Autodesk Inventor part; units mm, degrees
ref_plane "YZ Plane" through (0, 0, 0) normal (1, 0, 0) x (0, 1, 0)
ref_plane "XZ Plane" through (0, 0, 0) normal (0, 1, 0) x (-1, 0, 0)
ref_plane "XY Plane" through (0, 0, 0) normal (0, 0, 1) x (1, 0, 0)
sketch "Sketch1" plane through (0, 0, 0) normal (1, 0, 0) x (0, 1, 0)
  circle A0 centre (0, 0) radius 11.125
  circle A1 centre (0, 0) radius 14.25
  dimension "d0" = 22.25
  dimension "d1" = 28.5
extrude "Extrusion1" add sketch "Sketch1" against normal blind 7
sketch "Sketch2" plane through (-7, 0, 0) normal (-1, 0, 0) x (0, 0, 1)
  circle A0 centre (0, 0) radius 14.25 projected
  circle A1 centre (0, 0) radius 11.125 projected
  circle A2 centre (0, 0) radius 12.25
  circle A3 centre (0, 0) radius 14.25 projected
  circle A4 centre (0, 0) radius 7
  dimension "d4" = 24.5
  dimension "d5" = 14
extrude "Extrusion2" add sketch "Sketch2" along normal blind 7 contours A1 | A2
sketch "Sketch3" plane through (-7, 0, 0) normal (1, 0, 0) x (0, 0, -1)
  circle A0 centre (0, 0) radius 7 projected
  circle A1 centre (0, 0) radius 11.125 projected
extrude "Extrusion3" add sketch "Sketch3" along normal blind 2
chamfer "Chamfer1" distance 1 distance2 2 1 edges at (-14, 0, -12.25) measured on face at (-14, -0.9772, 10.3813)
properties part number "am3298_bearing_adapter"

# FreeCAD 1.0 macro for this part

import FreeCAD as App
import Part
import Sketcher
Q = App.Units.Quantity


def edges_at(feature, points):
    """Names of the edges that pass closest to the given points."""
    edges = feature.Shape.Edges
    near = lambda p: min(range(len(edges)), key=lambda i: edges[i].distToShape(Part.Vertex(*p))[0])
    return sorted({f"Edge{near(p) + 1}" for p in points})

doc = App.newDocument("Part")
body = doc.addObject("PartDesign::Body", "Body")

sketch1 = body.newObject("Sketcher::SketchObject", "Sketch")
sketch1.AttachmentSupport = (doc.getObject("YZ_Plane"), [""])
sketch1.MapMode = "FlatFace"
sketch1.addGeometry([
    Part.Circle(App.Vector(0, 0, 0), App.Vector(0, 0, 1), 14),
    Part.Circle(App.Vector(0, 0, 0), App.Vector(0, 0, 1), 11),
], False)
sketch1.addConstraint([
    Sketcher.Constraint("Coincident", 0, 3, -1, 1),
    Sketcher.Constraint("Coincident", 1, 3, -1, 1),
    Sketcher.Constraint("Diameter", 0, Q("28.5 mm")),
    Sketcher.Constraint("Diameter", 1, Q("22.25 mm")),
])
pad1 = body.newObject("PartDesign::Pad", "Pad")
pad1.Profile = sketch1
pad1.Length = 7
pad1.Reversed = True

sketch2 = body.newObject("Sketcher::SketchObject", "Sketch001")
sketch2.AttachmentSupport = (doc.getObject("YZ_Plane"), [""])
sketch2.MapMode = "FlatFace"
sketch2.AttachmentOffset = App.Placement(App.Vector(0, 0, -7), App.Rotation())
sketch2.addGeometry([
    Part.Circle(App.Vector(0, 0, 0), App.Vector(0, 0, 1), 12),
    Part.Circle(App.Vector(0, 0, 0), App.Vector(0, 0, 1), 7),
], False)
sketch2.addConstraint([
    Sketcher.Constraint("Coincident", 0, 3, -1, 1),
    Sketcher.Constraint("Coincident", 1, 3, -1, 1),
    Sketcher.Constraint("Diameter", 1, Q("14 mm")),
    Sketcher.Constraint("Diameter", 0, Q("24.5 mm")),
])
pad2 = body.newObject("PartDesign::Pad", "Pad001")
pad2.Profile = sketch2
pad2.Length = 7
pad2.Reversed = True

sketch3 = body.newObject("Sketcher::SketchObject", "Sketch002")
sketch3.AttachmentSupport = (doc.getObject("YZ_Plane"), [""])
sketch3.MapMode = "FlatFace"
sketch3.AttachmentOffset = App.Placement(App.Vector(0, 0, -7), App.Rotation())
sketch3.addGeometry([
    Part.Circle(App.Vector(0, 0, 0), App.Vector(0, 0, 1), 11),
    Part.Circle(App.Vector(0, 0, 0), App.Vector(0, 0, 1), 7),
], False)
sketch3.addConstraint([
    Sketcher.Constraint("Coincident", 0, 3, -1, 1),
    Sketcher.Constraint("Coincident", 1, 3, -1, 1),
    Sketcher.Constraint("Diameter", 1, Q("14 mm")),
    Sketcher.Constraint("Diameter", 0, Q("22.25 mm")),
])
pad3 = body.newObject("PartDesign::Pad", "Pad002")
pad3.Profile = sketch3
pad3.Length = 2
doc.recompute()

chamfer = body.newObject("PartDesign::Chamfer", "Chamfer")
chamfer.Base = (pad3, edges_at(pad3, [(-14, 0, -12.25)]))
chamfer.ChamferType = "Two distances"
chamfer.Size = 1
chamfer.Size2 = 2
chamfer.FlipDirection = True

doc.recompute()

# Exercise directions:
Check each line of the data above for the word "blind" and copy the ones where it is found.

# Written solution:
extrude "Extrusion1" add sketch "Sketch1" against normal blind 7
extrude "Extrusion2" add sketch "Sketch2" along normal blind 7 contours A1 | A2
extrude "Extrusion3" add sketch "Sketch3" along normal blind 2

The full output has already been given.